Watchdog: monitor your site

Last updated February 8, 2012. Created by ghankstef on June 29, 2001.
Edited by davidneedham, john@dynapres.nl, cannanso, dman. Log in to edit this page.

Note that starting with Drupal 6.x, Watchdog has been replaced by the dblog and syslog modules. Dblog is similar to watchdog; Syslog allows Drupal's logging to be integrated with the server's syslog facility.

The watchdog module monitors your system and records system events in a log you can review. This helps you get a quick overview of activity on your site. Since the log records events in sequence, it can also be useful for debugging site errors.

The watchdog log records errors, warnings, usage data, performance data, and operational information.

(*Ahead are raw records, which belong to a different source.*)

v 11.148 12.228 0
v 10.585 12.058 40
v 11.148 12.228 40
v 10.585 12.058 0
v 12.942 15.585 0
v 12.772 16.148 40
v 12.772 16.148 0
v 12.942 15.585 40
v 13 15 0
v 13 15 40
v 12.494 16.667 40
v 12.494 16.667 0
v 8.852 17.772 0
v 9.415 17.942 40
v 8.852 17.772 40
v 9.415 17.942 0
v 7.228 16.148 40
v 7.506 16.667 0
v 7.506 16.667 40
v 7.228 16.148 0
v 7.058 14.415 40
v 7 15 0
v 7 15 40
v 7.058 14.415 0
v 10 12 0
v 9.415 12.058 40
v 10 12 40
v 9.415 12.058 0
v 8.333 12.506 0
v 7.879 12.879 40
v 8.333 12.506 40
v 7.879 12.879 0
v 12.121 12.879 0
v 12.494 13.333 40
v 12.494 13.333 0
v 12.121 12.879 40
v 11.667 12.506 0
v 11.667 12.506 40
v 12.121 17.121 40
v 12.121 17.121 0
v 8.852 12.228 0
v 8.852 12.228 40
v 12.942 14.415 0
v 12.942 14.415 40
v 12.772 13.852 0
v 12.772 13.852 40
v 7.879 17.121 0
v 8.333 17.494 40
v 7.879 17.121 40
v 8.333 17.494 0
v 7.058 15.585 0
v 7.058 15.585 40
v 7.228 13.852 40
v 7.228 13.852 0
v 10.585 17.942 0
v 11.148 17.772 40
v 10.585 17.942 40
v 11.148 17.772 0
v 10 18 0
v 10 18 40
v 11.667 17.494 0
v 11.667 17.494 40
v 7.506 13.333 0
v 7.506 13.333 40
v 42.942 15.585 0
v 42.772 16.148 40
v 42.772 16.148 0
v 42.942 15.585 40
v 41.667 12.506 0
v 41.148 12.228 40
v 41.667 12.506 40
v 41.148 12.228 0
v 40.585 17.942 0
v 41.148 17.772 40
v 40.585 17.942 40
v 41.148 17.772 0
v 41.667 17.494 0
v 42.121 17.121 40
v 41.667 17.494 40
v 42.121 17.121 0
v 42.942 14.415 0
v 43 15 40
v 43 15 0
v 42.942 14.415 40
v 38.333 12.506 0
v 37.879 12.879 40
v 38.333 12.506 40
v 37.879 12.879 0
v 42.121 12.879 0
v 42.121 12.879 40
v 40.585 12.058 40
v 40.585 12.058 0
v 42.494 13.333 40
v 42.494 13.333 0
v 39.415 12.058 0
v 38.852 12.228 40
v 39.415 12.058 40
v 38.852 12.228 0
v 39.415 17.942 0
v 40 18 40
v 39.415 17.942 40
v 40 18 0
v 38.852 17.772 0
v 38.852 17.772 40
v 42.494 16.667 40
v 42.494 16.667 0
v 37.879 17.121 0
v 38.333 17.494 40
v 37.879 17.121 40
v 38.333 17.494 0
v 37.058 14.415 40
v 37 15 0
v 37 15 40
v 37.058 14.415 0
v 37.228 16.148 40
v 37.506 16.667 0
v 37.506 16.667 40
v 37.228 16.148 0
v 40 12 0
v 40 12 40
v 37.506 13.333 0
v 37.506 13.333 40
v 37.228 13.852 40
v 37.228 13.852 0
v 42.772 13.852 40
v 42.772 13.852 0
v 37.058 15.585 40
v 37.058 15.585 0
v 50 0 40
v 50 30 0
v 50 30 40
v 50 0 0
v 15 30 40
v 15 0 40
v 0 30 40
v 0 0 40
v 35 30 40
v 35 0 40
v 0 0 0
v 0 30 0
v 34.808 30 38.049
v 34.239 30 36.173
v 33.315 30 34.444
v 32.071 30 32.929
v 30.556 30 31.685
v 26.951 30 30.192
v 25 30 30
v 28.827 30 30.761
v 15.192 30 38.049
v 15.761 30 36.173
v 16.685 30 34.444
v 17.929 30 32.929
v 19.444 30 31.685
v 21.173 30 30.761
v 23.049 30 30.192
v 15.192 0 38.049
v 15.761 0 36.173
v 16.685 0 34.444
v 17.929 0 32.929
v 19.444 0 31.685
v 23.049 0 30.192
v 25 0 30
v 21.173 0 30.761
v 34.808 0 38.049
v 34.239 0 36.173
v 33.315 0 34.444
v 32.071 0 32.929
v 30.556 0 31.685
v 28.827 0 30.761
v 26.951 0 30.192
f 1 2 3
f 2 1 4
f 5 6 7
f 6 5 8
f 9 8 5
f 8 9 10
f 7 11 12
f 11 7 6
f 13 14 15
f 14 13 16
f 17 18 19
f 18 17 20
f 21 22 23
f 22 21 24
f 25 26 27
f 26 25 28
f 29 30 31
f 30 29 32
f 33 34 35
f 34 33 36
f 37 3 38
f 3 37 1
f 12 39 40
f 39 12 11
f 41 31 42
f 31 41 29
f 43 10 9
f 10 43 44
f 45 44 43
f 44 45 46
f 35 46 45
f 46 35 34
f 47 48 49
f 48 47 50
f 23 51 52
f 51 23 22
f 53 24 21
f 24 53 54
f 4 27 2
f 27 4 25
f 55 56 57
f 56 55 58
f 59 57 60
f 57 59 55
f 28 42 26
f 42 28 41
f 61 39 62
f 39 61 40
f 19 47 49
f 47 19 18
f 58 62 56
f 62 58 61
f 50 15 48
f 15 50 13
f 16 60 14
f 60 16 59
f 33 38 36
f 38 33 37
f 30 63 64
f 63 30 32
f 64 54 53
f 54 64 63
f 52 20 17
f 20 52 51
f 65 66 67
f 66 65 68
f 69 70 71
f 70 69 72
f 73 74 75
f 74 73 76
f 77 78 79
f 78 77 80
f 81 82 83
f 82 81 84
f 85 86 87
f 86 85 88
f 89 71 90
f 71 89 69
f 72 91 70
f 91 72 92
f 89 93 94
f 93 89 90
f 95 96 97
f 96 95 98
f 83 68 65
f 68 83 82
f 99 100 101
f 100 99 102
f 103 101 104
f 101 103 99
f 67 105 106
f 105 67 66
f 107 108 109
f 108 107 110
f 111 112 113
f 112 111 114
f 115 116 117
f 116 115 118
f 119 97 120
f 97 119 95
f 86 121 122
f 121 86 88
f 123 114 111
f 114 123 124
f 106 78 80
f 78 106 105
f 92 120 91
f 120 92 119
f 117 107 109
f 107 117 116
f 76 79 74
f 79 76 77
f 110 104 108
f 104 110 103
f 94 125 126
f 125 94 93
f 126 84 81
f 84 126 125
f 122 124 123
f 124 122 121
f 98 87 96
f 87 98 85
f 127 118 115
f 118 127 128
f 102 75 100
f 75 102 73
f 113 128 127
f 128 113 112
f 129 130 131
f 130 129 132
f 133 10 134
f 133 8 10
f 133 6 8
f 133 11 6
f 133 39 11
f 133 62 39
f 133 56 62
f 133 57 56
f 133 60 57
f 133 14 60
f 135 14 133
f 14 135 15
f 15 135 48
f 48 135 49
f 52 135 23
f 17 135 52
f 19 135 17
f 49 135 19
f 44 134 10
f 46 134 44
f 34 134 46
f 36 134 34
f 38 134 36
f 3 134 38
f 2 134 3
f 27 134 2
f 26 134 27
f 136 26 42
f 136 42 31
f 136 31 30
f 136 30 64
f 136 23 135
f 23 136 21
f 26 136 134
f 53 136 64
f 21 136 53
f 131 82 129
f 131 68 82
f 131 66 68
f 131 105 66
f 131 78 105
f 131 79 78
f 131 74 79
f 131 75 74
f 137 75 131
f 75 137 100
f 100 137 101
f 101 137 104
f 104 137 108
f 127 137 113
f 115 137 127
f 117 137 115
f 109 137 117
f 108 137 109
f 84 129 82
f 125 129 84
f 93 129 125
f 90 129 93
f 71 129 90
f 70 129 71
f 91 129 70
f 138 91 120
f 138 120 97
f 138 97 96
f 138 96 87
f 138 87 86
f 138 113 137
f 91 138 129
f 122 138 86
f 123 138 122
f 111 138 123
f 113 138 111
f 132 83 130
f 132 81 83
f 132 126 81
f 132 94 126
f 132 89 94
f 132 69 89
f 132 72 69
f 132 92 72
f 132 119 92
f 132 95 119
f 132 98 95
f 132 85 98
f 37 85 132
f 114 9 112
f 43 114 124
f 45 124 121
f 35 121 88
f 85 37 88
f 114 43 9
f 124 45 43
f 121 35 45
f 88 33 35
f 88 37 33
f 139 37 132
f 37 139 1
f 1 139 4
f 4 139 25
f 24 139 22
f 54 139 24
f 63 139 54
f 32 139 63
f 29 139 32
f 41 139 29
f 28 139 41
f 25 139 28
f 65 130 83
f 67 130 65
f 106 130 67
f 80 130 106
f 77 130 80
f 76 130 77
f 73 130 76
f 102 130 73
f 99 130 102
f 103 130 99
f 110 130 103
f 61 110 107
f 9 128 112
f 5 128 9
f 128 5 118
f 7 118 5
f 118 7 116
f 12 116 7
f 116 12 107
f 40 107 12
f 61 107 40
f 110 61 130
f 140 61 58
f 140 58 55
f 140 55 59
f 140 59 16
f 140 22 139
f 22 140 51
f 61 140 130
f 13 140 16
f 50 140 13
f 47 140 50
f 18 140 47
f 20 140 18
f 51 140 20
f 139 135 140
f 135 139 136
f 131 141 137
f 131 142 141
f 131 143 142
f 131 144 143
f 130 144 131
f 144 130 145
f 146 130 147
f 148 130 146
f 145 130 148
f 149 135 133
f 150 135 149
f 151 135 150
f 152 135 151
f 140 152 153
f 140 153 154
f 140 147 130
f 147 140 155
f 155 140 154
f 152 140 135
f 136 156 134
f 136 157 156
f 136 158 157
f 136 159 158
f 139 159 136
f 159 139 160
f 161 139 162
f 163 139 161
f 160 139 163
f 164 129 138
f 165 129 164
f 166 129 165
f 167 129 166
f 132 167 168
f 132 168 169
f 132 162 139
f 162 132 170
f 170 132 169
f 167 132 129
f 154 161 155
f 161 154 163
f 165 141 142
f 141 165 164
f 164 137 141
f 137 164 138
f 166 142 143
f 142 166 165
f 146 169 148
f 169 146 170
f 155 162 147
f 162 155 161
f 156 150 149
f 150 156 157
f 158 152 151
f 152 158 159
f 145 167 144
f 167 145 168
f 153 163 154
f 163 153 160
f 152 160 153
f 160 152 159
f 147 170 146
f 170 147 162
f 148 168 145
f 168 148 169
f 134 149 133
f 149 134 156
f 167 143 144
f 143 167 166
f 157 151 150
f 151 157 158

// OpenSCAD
$fn = 32;

// ----------------------------------------------------------------------
// Saddle clamp: plain shaft clamp
// ----------------------------------------------------------------------

// --- parameters (mm) ---
blk_l = 50;               // block length, X
blk_w = 30;               // block width, Y
blk_h = 40;               // block height
clamp_r = 10;             // shaft groove radius
hole_r = 3;               // bolt hole radius
hole_m = 10;              // bolt hole margin from the ends

saw_depth = clamp_r + 3;  // saw kerf depth

difference() {
  cube([blk_l, blk_w, blk_h]);
  translate([blk_l / 2, -1, blk_h])
    rotate([-90, 0, 0])
      cylinder(h = blk_w + 2, r = clamp_r);
  for (sx = [0, 1])
    translate([sx ? blk_l - hole_m : hole_m, blk_w / 2, -1])
      cylinder(r = hole_r, h = blk_h + 2);
}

You can filter the entries ("Filter by message type") to view only a particular type of message.

You should check the watchdog report regularly to make sure your site is working properly.

You can

  • view watchdog logs at Administer >> Logs >> Recent log entries (admin/logs/watchdog).
  • configure the length of time logs are archived at Administer >> Site configuration >> Error reporting (admin/settings/error-reporting).

For Drupal 6.x

  • view dblog report at Administer >> Reports >> Recent log entries (admin/reports/dblog).
  • configure the row limit for Database logging at Administer >> Site configuration >> Logging and alerts (admin/settings/logging/dblog).

For Drupal 7.x

  • view dblog report at Administration >> Reports >> Recent log messages (admin/reports/dblog).
  • configure the row limit for Database logging at Administration >> Configuration >> Development >> Logging and errors (admin/config/development/logging).

On a shared hosting environment or on a machine that you are not actually the administrator of syslog should never be enabled. The logs would go somewhere you can't see, and may annoy the real administrators who could turn you off. Almost all the time, it's best to use dblog Database logging (the default) instead.

On a dedicated hosting (VPS or dedicated server) enabling Syslog logging will provide a performance boost, as not every log message will have to be written to the database.

You can use Watchdog to debug your code directly to a log (instead of printing it to the page or using devel to print in a message), you can use watchdog(). You can find more information about watchdog on api.drupal.org.

Comments

This message about not using

syslog on a shared host should be on the modules page, next to where one can check the dependencies.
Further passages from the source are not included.